Je colle un lien vers la page en polonais pour que tu voies plus ou moins de quel sujet il s'agit (il y a des dessins et des schémas...). http://www.chemia.dami.pl/liceum/liceum6/wplyw1.htm#2powloki1.

Et un joli dessin venant de cette page :



(en bleu la partie dont le nom est si difficile à traduire)



TitTornade said:


> Si j'ai bien compris ce que cherche Nasti, c'est le nom de l'ensemble _*noyau + électrons de coeur*_.


 
Oui, c'est exact.



TitTornade said:


> PS : en cherchant bien, j'ai trouvé "*coeur ionique*" sur le net... Mais il semble que ce soit une notion utilisée par des physiciens spécialisés en spectrocopies... Ce n'est pas enseigné dans les lycées français en tout cas...

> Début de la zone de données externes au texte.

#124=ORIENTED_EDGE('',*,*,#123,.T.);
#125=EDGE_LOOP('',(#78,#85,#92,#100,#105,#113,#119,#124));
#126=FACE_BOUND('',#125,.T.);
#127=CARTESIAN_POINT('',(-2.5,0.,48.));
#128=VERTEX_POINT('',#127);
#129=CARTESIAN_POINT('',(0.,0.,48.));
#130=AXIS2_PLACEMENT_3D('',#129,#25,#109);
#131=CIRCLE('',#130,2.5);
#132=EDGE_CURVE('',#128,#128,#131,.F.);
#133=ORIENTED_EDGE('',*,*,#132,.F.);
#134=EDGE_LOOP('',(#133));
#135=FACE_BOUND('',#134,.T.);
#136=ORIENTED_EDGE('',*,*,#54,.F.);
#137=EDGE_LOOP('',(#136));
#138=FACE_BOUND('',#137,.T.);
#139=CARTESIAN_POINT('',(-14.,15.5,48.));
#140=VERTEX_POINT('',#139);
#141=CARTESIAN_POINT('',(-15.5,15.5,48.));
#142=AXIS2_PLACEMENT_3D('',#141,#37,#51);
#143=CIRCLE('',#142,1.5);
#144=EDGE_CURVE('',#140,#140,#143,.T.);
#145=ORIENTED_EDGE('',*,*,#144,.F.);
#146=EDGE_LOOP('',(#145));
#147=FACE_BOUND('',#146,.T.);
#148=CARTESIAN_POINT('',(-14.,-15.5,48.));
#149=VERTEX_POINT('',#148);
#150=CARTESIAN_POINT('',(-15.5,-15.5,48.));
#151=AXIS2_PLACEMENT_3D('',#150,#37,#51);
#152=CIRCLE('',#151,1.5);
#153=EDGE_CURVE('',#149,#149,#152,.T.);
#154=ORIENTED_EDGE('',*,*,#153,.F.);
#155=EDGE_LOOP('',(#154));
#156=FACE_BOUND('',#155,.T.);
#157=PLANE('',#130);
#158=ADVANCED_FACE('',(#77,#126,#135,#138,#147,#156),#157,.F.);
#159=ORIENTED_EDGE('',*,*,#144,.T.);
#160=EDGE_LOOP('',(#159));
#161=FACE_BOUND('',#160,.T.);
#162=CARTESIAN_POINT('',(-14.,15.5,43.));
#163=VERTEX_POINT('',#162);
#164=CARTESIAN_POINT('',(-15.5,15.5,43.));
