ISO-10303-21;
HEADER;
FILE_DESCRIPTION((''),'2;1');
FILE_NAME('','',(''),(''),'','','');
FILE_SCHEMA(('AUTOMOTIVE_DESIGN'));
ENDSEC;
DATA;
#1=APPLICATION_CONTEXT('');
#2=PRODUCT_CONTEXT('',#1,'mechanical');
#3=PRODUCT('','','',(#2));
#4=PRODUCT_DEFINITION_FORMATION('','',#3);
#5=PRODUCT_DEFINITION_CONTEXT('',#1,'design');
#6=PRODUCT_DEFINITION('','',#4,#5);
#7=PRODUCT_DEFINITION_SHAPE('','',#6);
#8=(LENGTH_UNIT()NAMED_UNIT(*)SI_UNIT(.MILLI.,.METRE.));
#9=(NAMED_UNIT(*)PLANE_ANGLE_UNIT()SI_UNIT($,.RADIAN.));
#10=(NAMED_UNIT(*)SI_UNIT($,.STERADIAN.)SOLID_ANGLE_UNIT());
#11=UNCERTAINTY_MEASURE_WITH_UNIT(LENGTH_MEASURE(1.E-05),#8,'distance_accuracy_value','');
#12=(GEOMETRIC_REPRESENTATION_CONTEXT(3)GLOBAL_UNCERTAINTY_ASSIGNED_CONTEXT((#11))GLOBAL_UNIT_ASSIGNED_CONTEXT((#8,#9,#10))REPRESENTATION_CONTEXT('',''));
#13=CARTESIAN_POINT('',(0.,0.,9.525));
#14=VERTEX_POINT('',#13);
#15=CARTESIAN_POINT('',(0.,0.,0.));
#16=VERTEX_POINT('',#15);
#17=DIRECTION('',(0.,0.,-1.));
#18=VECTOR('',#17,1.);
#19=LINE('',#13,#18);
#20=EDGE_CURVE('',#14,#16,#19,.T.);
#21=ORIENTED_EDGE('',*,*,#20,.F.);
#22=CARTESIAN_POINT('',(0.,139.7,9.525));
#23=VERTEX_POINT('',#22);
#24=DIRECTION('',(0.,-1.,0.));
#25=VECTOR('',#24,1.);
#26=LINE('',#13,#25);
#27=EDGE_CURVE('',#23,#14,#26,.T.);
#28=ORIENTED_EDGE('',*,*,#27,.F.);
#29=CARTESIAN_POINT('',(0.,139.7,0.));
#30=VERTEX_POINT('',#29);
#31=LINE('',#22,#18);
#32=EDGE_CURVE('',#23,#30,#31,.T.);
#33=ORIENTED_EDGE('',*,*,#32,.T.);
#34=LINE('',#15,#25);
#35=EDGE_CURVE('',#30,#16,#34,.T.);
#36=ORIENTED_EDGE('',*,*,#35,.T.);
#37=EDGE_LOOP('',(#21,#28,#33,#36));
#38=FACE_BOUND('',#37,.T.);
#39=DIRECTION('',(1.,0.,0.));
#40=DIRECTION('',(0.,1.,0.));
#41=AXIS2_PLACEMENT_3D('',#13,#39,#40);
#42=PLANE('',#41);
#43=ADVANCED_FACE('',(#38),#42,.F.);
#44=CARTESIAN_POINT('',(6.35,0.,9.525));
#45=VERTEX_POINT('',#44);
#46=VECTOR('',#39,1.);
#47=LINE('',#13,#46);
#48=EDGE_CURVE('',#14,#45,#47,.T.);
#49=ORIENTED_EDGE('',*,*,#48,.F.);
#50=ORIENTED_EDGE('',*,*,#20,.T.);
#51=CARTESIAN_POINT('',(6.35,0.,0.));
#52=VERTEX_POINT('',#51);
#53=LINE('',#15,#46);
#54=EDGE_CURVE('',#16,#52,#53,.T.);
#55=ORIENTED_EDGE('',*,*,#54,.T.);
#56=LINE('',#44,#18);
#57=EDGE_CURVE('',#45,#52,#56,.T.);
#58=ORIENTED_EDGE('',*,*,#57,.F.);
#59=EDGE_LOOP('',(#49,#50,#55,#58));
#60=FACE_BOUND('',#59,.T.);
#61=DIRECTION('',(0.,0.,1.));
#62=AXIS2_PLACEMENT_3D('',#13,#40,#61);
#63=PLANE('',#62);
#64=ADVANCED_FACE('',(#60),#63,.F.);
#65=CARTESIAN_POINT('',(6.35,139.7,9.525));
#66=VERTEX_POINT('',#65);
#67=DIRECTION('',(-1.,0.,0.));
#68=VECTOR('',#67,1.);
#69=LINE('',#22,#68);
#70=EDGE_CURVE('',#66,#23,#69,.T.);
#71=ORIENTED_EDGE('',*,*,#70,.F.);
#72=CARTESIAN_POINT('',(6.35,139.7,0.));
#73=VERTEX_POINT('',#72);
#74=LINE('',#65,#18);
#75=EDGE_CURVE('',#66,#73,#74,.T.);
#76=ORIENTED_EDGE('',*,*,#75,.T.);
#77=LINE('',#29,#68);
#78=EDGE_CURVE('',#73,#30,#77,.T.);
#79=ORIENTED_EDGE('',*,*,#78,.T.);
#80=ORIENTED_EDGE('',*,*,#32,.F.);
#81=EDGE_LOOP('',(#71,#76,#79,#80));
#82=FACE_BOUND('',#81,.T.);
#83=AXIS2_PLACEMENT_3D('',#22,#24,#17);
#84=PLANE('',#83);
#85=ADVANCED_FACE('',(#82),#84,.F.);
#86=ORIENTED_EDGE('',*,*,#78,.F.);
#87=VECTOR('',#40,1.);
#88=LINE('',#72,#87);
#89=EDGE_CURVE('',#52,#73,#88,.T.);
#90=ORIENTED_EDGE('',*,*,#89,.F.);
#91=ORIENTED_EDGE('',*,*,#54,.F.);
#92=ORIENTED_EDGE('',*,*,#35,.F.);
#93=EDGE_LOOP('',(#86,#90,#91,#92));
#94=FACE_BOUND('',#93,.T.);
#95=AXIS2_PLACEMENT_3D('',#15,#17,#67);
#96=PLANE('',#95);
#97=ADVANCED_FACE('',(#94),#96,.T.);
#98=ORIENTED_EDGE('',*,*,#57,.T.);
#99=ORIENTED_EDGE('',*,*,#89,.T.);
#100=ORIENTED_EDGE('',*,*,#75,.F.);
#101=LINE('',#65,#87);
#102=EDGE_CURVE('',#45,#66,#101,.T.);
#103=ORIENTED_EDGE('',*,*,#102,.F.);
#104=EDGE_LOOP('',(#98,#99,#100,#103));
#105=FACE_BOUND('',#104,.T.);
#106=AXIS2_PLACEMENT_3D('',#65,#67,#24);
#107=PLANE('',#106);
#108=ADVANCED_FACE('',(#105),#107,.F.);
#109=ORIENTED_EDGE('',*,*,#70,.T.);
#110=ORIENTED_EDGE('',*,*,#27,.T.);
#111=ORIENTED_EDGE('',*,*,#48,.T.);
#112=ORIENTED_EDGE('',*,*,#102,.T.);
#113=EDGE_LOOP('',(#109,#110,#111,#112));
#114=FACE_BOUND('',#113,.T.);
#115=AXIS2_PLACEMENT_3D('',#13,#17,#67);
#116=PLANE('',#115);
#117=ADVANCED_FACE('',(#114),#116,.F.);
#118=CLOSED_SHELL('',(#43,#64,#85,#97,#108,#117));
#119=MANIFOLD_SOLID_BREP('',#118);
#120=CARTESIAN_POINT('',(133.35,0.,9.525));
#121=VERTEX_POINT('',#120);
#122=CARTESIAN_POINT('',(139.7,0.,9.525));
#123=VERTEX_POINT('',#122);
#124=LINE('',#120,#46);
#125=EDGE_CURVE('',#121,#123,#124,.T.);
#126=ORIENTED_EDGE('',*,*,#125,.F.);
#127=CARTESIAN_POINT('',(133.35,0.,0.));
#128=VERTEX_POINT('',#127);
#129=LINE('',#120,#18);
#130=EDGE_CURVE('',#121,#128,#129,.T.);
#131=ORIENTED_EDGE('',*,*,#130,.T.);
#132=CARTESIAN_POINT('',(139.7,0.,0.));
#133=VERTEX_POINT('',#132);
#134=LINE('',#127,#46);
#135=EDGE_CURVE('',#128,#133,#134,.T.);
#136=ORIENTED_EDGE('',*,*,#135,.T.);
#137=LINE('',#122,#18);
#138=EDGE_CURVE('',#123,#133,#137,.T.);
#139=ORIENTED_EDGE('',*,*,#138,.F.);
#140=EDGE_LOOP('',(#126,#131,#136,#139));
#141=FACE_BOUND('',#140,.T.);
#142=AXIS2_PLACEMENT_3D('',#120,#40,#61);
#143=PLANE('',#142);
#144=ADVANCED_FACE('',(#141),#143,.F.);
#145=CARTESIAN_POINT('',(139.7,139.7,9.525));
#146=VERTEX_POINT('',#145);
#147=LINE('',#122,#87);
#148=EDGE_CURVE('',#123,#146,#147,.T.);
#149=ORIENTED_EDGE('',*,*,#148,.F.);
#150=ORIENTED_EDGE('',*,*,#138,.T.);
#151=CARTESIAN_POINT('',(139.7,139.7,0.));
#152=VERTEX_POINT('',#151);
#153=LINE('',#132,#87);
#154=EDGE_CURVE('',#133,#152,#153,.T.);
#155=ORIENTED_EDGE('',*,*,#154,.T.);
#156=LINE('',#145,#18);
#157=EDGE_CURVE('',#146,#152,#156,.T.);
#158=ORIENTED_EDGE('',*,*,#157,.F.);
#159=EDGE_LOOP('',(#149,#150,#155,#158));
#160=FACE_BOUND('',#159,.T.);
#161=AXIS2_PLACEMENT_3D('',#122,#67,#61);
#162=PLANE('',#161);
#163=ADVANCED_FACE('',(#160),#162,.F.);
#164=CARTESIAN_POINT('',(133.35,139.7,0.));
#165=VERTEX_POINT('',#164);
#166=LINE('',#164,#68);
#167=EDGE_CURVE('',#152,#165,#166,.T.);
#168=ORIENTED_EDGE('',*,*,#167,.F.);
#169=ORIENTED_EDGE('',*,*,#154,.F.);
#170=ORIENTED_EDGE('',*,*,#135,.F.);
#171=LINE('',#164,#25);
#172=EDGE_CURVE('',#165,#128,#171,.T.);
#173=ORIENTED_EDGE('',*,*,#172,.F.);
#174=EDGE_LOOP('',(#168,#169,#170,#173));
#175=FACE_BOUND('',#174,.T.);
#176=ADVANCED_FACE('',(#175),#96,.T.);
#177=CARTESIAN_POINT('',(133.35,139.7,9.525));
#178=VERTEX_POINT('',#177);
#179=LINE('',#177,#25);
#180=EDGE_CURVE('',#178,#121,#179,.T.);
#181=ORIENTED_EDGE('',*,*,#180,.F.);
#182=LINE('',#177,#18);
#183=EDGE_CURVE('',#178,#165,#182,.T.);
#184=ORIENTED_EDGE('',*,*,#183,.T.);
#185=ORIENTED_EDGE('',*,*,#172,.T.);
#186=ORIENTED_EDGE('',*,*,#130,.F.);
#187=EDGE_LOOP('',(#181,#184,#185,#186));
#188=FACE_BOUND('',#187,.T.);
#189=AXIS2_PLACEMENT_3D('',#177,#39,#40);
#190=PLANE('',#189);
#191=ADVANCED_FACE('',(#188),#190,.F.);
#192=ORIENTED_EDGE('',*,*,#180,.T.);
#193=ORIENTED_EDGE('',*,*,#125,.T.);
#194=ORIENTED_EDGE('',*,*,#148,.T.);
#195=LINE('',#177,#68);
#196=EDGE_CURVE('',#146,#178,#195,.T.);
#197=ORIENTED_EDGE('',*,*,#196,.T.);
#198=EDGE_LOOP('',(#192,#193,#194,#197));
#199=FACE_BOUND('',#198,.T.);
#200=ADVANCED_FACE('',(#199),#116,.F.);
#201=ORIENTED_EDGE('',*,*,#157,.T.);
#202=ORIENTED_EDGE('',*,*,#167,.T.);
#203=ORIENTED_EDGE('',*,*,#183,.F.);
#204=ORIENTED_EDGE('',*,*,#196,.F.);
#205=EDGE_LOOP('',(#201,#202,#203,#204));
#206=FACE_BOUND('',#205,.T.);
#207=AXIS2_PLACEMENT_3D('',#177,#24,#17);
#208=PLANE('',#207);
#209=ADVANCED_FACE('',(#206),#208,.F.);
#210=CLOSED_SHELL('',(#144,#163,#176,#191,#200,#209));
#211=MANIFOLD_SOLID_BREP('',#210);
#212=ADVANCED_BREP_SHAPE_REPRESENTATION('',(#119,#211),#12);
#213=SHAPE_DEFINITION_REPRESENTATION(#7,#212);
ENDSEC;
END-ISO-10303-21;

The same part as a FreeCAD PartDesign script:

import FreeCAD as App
import Part
import Sketcher
from FreeCAD import Vector
Q = App.Units.Quantity

doc = App.newDocument("Part")
body = doc.addObject("PartDesign::Body", "Body")

sketch1 = body.newObject("Sketcher::SketchObject", "Sketch")
sketch1.AttachmentSupport = (doc.getObject("XY_Plane"), [""])
sketch1.MapMode = "FlatFace"
sketch1.addGeometry(Part.LineSegment(Vector(0, 139.7, 0), Vector(0, 0, 0)), False)
sketch1.addGeometry(Part.LineSegment(Vector(0, 0, 0), Vector(6.35, 0, 0)), False)
sketch1.addGeometry(Part.LineSegment(Vector(6.35, 0, 0), Vector(6.35, 139.7, 0)), False)
sketch1.addGeometry(Part.LineSegment(Vector(6.35, 139.7, 0), Vector(0, 139.7, 0)), False)
sketch1.addConstraint(Sketcher.Constraint("Coincident", 0, 2, 1, 1))
sketch1.addConstraint(Sketcher.Constraint("Coincident", 1, 2, 2, 1))
sketch1.addConstraint(Sketcher.Constraint("Coincident", 2, 2, 3, 1))
sketch1.addConstraint(Sketcher.Constraint("Coincident", 3, 2, 0, 1))
sketch1.addConstraint(Sketcher.Constraint("Vertical", 0))
sketch1.addConstraint(Sketcher.Constraint("Horizontal", 1))
sketch1.addConstraint(Sketcher.Constraint("Vertical", 2))
sketch1.addConstraint(Sketcher.Constraint("Horizontal", 3))
sketch1.addConstraint(Sketcher.Constraint("Coincident", 0, 2, -1, 1))
sketch1.addConstraint(Sketcher.Constraint("DistanceY", 0, 2, 0, 1, Q("5.5 in")))
sketch1.addConstraint(Sketcher.Constraint("DistanceX", 1, 1, 1, 2, Q("0.25 in")))
pad1 = body.newObject("PartDesign::Pad", "Pad")
pad1.Profile = sketch1
pad1.Length = Q("0.375 in")
body2 = doc.addObject("PartDesign::Body", "Body001")

sketch2 = body2.newObject("Sketcher::SketchObject", "Sketch001")
sketch2.AttachmentSupport = (doc.getObject("XY_Plane001"), [""])
sketch2.MapMode = "FlatFace"
sketch2.addGeometry(Part.LineSegment(Vector(133.35, 139.7, 0), Vector(133.35, 0, 0)), False)
sketch2.addGeometry(Part.LineSegment(Vector(133.35, 0, 0), Vector(139.7, 0, 0)), False)
sketch2.addGeometry(Part.LineSegment(Vector(139.7, 0, 0), Vector(139.7, 139.7, 0)), False)
sketch2.addGeometry(Part.LineSegment(Vector(139.7, 139.7, 0), Vector(133.35, 139.7, 0)), False)
sketch2.addConstraint(Sketcher.Constraint("Coincident", 0, 2, 1, 1))
sketch2.addConstraint(Sketcher.Constraint("Coincident", 1, 2, 2, 1))
sketch2.addConstraint(Sketcher.Constraint("Coincident", 2, 2, 3, 1))
sketch2.addConstraint(Sketcher.Constraint("Coincident", 3, 2, 0, 1))
sketch2.addConstraint(Sketcher.Constraint("Vertical", 0))
sketch2.addConstraint(Sketcher.Constraint("Horizontal", 1))
sketch2.addConstraint(Sketcher.Constraint("Vertical", 2))
sketch2.addConstraint(Sketcher.Constraint("Horizontal", 3))
sketch2.addConstraint(Sketcher.Constraint("PointOnObject", 0, 2, -1))
sketch2.addConstraint(Sketcher.Constraint("DistanceY", 0, 2, 0, 1, Q("5.5 in")))
sketch2.addConstraint(Sketcher.Constraint("DistanceX", 1, 1, 1, 2, Q("0.25 in")))
sketch2.addConstraint(Sketcher.Constraint("DistanceX", -1, 1, 1, 2, Q("5.5 in")))
pad2 = body2.newObject("PartDesign::Pad", "Pad001")
pad2.Profile = sketch2
pad2.Length = Q("0.375 in")

doc.recompute()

J'ai regardé dans le google le _coeur ionique_, on en parle dans un contexte complètement incompréhensible pour moi ... mais je te crois que ce n'est pas ça ...

Je vais me renseigner pourquoi ce terme est important.


----------



## TitTornade

ce que je pense de l'image :
- en jaune : le noyau atomique
- en bleu : les électrons de coeur
- en rouge : les électrons de valence

la configuration électronique du phosphore (15P) peut se noter :
(1s)2 (2s)2 (2p)6 (3s)2 (3p)3

on peut aussi la noter ainsi :
[Ne] (3s)2 (3p)3

Peut-être que ce dont tu veux parler est l'_ion P_ qui a la configuration électronique de [Ne] ?


----------



## Maître Capello

Moi j'appelle cet ensemble (noyau + électrons non valents) le _cœur électronique_.


----------



## nasti

Merci bien TitTornade et Maître Capello .

Au sujet du dessin, il s'agit bien de la partie bleue avec le cercle jaune.



Maître Capello said:


> Moi j'appelle cet ensemble (noyau + électrons non valents) le _cœur électronique_.



_Le coeur électronique_ paraît y convenir. (vu qu'il y a le nom _électrons de coeur_)



Maître Capello said:


> Moi j'appelle cet ensemble



Comment le comprendre ... ? Veux-tu dire que ce n'est pas le terme officiel mais "privé" ... ?


----------



## Maître Capello

nasti said:


> Comment le comprendre ... ? Veux-tu dire que ce n'est pas le terme officiel mais "privé" ... ?


Non, je l'ai déjà rencontré dans la littérature scientifique…


----------



## nasti

Maître Capello said:


> Non, je l'ai déjà rencontré dans la littérature scientifique…



Ok !


----------



## Nanon

Je crois que j'ai quelque chose en anglais. Je vais chercher une source mieux documentée.
Mais en français, je cherche toujours.


----------



## nasti

Nanon said:


> Je crois que j'ai quelque chose en anglais. Je vais chercher une source mieux documentée.
> Mais en français, je cherche toujours.




Merci bien Nanon, c'est très gentil de ta part !


----------